(SUPPLIED ENTRIES)
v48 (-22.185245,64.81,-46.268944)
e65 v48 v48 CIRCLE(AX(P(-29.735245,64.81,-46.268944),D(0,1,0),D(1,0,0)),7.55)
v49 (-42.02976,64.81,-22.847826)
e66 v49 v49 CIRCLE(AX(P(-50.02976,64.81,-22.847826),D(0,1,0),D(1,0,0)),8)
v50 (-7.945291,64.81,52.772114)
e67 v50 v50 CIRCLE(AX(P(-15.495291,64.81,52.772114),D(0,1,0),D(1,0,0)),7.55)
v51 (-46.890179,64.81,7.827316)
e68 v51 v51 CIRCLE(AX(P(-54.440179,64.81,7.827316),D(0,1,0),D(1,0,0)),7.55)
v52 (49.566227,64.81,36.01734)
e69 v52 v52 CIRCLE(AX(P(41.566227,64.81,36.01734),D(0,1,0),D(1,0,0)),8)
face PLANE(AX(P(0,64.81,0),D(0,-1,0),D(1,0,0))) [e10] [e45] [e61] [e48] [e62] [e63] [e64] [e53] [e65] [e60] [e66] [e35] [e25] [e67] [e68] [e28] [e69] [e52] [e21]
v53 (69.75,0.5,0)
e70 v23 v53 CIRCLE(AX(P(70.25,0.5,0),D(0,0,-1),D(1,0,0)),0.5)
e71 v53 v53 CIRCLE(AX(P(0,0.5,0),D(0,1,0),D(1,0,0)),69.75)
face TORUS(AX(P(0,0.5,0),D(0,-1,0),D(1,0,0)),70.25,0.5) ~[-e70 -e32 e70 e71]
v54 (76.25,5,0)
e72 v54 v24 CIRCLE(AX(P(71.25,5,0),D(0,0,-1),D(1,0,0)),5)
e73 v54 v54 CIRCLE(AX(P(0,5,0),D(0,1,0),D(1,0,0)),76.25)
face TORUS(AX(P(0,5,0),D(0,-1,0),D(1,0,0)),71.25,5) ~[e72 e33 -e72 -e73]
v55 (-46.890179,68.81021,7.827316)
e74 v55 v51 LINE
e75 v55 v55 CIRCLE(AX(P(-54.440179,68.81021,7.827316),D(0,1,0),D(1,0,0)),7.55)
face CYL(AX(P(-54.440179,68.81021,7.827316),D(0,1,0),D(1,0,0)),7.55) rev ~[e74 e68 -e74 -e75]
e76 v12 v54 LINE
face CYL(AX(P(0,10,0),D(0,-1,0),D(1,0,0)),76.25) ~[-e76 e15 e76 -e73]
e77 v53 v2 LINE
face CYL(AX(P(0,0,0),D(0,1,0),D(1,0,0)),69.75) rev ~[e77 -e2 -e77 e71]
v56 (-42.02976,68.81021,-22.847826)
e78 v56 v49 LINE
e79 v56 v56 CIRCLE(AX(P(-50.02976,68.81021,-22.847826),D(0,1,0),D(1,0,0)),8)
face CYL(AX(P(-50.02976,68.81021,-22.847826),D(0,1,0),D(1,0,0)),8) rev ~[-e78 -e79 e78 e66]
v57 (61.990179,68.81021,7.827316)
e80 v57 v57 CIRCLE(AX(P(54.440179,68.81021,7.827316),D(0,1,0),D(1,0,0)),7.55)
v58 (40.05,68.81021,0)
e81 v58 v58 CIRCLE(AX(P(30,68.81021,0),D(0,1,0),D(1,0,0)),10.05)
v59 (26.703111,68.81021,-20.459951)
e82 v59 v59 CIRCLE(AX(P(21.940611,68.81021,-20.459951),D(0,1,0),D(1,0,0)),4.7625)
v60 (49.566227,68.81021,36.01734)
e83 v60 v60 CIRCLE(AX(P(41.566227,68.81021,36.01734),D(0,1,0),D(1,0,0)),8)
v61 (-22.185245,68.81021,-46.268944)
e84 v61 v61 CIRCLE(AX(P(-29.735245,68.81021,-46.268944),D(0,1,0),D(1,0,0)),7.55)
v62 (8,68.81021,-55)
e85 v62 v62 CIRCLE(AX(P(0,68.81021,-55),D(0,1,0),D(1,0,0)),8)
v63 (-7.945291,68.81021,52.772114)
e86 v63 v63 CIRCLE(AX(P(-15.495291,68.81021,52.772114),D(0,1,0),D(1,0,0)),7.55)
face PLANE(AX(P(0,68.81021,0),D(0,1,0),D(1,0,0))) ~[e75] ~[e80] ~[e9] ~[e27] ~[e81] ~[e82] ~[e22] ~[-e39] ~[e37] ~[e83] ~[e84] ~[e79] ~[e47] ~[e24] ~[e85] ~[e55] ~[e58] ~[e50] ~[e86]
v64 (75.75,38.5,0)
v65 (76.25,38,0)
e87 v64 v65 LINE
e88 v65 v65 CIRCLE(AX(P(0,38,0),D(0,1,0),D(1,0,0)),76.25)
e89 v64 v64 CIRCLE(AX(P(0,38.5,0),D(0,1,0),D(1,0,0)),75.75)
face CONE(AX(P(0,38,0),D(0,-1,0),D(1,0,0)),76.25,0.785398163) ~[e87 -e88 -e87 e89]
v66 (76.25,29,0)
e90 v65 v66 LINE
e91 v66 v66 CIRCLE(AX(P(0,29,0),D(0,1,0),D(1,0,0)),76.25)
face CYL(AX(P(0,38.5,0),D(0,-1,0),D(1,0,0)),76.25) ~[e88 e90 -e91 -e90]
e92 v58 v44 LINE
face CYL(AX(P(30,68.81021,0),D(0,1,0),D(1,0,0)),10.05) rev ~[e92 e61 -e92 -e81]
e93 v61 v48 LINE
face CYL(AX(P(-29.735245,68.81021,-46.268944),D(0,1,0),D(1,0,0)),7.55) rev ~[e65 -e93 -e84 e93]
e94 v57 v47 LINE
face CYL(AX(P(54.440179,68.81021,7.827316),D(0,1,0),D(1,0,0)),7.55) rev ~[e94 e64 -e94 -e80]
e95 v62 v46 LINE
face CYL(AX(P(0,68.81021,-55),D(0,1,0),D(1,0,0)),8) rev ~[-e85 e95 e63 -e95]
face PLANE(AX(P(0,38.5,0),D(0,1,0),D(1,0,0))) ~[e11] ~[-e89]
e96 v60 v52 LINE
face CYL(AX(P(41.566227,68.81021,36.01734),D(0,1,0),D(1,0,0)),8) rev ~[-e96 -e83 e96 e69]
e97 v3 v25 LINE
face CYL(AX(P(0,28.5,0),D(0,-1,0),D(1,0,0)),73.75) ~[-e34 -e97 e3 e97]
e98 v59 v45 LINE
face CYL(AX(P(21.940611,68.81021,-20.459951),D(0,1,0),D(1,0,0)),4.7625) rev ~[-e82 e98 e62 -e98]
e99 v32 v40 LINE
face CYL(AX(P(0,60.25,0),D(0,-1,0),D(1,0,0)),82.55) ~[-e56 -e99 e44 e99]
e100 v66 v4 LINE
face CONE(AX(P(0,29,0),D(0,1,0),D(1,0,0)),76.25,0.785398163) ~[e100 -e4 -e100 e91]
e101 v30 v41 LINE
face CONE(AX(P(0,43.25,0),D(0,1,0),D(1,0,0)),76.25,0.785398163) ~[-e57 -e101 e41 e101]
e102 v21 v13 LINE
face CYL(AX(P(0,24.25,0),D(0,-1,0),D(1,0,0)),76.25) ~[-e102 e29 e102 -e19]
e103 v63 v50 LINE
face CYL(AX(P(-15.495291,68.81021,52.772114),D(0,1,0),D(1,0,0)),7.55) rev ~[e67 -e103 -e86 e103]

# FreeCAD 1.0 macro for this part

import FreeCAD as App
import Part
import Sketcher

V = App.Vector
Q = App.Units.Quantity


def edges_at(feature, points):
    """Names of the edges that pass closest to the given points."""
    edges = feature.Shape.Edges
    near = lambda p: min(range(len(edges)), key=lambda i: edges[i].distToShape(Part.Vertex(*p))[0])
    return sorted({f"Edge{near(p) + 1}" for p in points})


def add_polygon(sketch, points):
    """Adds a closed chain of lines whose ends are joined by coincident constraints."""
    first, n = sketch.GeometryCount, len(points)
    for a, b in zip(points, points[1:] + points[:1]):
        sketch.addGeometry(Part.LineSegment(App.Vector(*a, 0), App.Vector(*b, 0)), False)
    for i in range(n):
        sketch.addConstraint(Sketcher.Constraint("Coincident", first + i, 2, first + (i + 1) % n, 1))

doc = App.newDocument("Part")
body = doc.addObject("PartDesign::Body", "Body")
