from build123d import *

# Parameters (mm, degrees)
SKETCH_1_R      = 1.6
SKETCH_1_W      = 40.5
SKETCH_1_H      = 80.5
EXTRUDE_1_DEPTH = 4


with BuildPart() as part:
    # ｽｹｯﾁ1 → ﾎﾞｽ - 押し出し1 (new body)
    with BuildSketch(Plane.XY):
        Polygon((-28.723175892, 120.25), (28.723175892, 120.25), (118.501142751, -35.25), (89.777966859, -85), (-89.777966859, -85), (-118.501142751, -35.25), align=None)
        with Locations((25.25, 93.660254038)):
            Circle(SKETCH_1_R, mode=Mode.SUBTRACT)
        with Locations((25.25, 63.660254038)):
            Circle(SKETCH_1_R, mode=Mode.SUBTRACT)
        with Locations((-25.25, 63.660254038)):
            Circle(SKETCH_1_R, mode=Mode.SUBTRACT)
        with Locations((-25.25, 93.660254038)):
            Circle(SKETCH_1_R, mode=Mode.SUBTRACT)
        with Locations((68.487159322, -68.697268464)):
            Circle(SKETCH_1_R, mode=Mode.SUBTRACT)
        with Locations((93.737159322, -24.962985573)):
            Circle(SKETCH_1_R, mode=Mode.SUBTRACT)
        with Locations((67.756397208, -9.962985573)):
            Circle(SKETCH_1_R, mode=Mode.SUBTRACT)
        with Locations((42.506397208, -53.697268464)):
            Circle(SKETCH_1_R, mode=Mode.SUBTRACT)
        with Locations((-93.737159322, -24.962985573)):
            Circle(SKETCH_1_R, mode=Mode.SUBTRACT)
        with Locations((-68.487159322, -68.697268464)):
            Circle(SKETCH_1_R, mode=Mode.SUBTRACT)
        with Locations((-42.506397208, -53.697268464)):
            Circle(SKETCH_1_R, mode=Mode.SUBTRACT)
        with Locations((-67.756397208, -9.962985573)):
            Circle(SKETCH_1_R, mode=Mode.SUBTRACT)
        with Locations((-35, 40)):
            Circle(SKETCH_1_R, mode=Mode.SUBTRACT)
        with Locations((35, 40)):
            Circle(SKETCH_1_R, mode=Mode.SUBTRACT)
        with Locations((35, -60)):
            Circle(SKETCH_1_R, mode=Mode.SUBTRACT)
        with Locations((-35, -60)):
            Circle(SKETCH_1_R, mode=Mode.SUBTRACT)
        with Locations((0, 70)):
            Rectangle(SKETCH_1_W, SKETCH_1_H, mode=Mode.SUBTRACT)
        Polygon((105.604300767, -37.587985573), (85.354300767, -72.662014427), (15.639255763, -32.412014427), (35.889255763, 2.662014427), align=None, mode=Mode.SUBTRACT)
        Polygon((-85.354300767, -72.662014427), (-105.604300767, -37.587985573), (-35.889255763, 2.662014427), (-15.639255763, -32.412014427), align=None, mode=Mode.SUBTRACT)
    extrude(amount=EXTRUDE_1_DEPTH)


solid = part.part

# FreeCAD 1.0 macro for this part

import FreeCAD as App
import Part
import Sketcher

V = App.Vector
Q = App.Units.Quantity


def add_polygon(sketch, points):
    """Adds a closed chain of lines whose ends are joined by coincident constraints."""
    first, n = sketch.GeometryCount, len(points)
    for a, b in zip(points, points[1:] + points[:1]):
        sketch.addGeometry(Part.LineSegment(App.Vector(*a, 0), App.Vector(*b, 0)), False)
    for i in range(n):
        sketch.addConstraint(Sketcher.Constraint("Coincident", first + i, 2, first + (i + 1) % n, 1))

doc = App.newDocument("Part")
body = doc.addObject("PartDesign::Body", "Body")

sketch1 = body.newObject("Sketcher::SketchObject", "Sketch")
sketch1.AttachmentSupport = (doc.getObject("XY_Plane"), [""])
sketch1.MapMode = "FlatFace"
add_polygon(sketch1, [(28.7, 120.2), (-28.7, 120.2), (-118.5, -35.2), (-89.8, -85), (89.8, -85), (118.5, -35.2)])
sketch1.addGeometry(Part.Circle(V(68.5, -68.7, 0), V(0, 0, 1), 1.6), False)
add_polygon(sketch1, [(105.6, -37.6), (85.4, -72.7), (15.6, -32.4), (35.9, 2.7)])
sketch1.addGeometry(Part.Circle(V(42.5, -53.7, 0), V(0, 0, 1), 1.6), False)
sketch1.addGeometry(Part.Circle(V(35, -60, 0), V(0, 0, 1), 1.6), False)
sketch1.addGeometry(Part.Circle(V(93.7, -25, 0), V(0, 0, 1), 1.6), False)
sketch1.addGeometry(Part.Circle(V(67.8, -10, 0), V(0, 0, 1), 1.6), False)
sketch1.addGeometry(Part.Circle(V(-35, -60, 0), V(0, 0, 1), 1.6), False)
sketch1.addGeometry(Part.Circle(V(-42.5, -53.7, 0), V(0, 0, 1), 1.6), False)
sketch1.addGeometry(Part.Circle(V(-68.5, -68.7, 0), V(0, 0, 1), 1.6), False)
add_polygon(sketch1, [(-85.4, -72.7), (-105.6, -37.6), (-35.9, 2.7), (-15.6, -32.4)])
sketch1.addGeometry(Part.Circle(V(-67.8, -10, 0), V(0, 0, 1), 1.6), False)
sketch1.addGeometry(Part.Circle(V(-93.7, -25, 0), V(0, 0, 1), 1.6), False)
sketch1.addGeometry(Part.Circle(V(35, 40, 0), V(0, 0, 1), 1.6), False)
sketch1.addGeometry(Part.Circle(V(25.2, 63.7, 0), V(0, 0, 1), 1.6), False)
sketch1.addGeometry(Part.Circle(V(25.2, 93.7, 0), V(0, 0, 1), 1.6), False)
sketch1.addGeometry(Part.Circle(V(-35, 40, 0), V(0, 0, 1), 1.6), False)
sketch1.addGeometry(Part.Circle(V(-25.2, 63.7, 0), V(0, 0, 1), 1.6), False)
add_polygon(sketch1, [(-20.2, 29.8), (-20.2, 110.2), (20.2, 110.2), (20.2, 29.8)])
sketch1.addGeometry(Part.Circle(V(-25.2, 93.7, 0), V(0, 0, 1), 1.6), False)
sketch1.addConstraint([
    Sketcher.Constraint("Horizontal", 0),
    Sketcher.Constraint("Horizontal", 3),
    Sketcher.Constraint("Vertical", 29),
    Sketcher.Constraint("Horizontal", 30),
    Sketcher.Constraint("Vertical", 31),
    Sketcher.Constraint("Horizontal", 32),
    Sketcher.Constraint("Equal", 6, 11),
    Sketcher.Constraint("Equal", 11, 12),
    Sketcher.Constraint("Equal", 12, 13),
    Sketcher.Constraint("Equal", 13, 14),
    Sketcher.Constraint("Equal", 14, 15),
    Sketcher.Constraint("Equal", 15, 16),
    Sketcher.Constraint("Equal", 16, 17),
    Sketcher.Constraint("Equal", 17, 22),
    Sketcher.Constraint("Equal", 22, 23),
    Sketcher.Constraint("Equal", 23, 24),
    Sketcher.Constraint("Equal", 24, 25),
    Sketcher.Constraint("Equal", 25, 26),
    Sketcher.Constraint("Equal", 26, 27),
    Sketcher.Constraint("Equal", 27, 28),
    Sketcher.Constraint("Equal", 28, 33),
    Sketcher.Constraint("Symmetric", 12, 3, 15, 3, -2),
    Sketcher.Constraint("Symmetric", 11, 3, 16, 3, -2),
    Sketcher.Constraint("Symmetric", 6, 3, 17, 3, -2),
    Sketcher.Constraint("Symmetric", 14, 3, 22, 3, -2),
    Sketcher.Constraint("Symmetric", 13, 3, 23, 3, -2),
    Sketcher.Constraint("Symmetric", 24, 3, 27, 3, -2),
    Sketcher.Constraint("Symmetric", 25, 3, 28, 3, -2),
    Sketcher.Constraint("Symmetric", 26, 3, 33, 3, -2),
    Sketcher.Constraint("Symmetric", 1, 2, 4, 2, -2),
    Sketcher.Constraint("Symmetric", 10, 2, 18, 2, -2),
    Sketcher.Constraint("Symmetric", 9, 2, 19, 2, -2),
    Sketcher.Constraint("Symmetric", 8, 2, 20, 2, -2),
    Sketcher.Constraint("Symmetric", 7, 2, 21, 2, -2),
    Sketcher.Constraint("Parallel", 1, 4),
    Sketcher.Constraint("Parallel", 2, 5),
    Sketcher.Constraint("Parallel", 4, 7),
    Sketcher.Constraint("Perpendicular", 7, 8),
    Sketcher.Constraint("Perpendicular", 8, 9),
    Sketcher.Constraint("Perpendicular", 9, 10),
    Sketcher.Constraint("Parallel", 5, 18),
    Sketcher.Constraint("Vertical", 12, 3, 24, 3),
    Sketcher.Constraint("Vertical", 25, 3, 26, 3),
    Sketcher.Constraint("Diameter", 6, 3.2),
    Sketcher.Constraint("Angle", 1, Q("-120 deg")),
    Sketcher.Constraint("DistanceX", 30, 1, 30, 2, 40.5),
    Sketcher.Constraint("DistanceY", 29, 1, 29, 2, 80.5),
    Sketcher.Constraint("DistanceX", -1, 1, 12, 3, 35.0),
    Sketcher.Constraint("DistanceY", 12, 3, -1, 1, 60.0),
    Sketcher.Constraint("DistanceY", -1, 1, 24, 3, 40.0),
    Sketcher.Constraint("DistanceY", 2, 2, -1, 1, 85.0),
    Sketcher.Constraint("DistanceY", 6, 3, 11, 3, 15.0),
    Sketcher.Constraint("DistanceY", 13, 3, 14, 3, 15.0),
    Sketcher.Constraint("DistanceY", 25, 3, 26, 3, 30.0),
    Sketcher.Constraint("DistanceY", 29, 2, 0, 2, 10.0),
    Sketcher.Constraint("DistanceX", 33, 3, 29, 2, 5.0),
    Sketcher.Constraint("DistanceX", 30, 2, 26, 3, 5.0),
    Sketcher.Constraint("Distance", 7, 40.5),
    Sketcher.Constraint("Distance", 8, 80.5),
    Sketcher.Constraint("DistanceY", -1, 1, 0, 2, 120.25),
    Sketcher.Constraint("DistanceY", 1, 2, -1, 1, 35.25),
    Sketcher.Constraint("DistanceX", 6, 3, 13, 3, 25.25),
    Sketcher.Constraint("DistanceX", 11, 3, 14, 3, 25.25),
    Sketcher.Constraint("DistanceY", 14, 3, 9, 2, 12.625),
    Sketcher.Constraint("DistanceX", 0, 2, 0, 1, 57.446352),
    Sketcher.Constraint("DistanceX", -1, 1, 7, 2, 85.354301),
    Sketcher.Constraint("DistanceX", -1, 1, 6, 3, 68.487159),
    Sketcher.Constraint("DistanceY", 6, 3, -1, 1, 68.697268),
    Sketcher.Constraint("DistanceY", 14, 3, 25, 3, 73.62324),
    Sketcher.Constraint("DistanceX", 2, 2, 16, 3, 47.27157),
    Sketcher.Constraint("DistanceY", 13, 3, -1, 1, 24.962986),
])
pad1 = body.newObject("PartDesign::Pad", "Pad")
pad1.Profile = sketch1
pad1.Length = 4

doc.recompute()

(WHAT THE TASK REQUIRES)
Output exactly the lines of the material above from the one containing "e78 v56 v49 LINE" up to and including the one containing "e82 v59 v59".

(SOLVED PROBLEM)
e78 v56 v49 LINE
e79 v56 v56 CIRCLE(AX(P(-50.02976,68.81021,-22.847826),D(0,1,0),D(1,0,0)),8)
face CYL(AX(P(-50.02976,68.81021,-22.847826),D(0,1,0),D(1,0,0)),8) rev ~[-e78 -e79 e78 e66]
v57 (61.990179,68.81021,7.827316)
e80 v57 v57 CIRCLE(AX(P(54.440179,68.81021,7.827316),D(0,1,0),D(1,0,0)),7.55)
v58 (40.05,68.81021,0)
e81 v58 v58 CIRCLE(AX(P(30,68.81021,0),D(0,1,0),D(1,0,0)),10.05)
v59 (26.703111,68.81021,-20.459951)
e82 v59 v59 CIRCLE(AX(P(21.940611,68.81021,-20.459951),D(0,1,0),D(1,0,0)),4.7625)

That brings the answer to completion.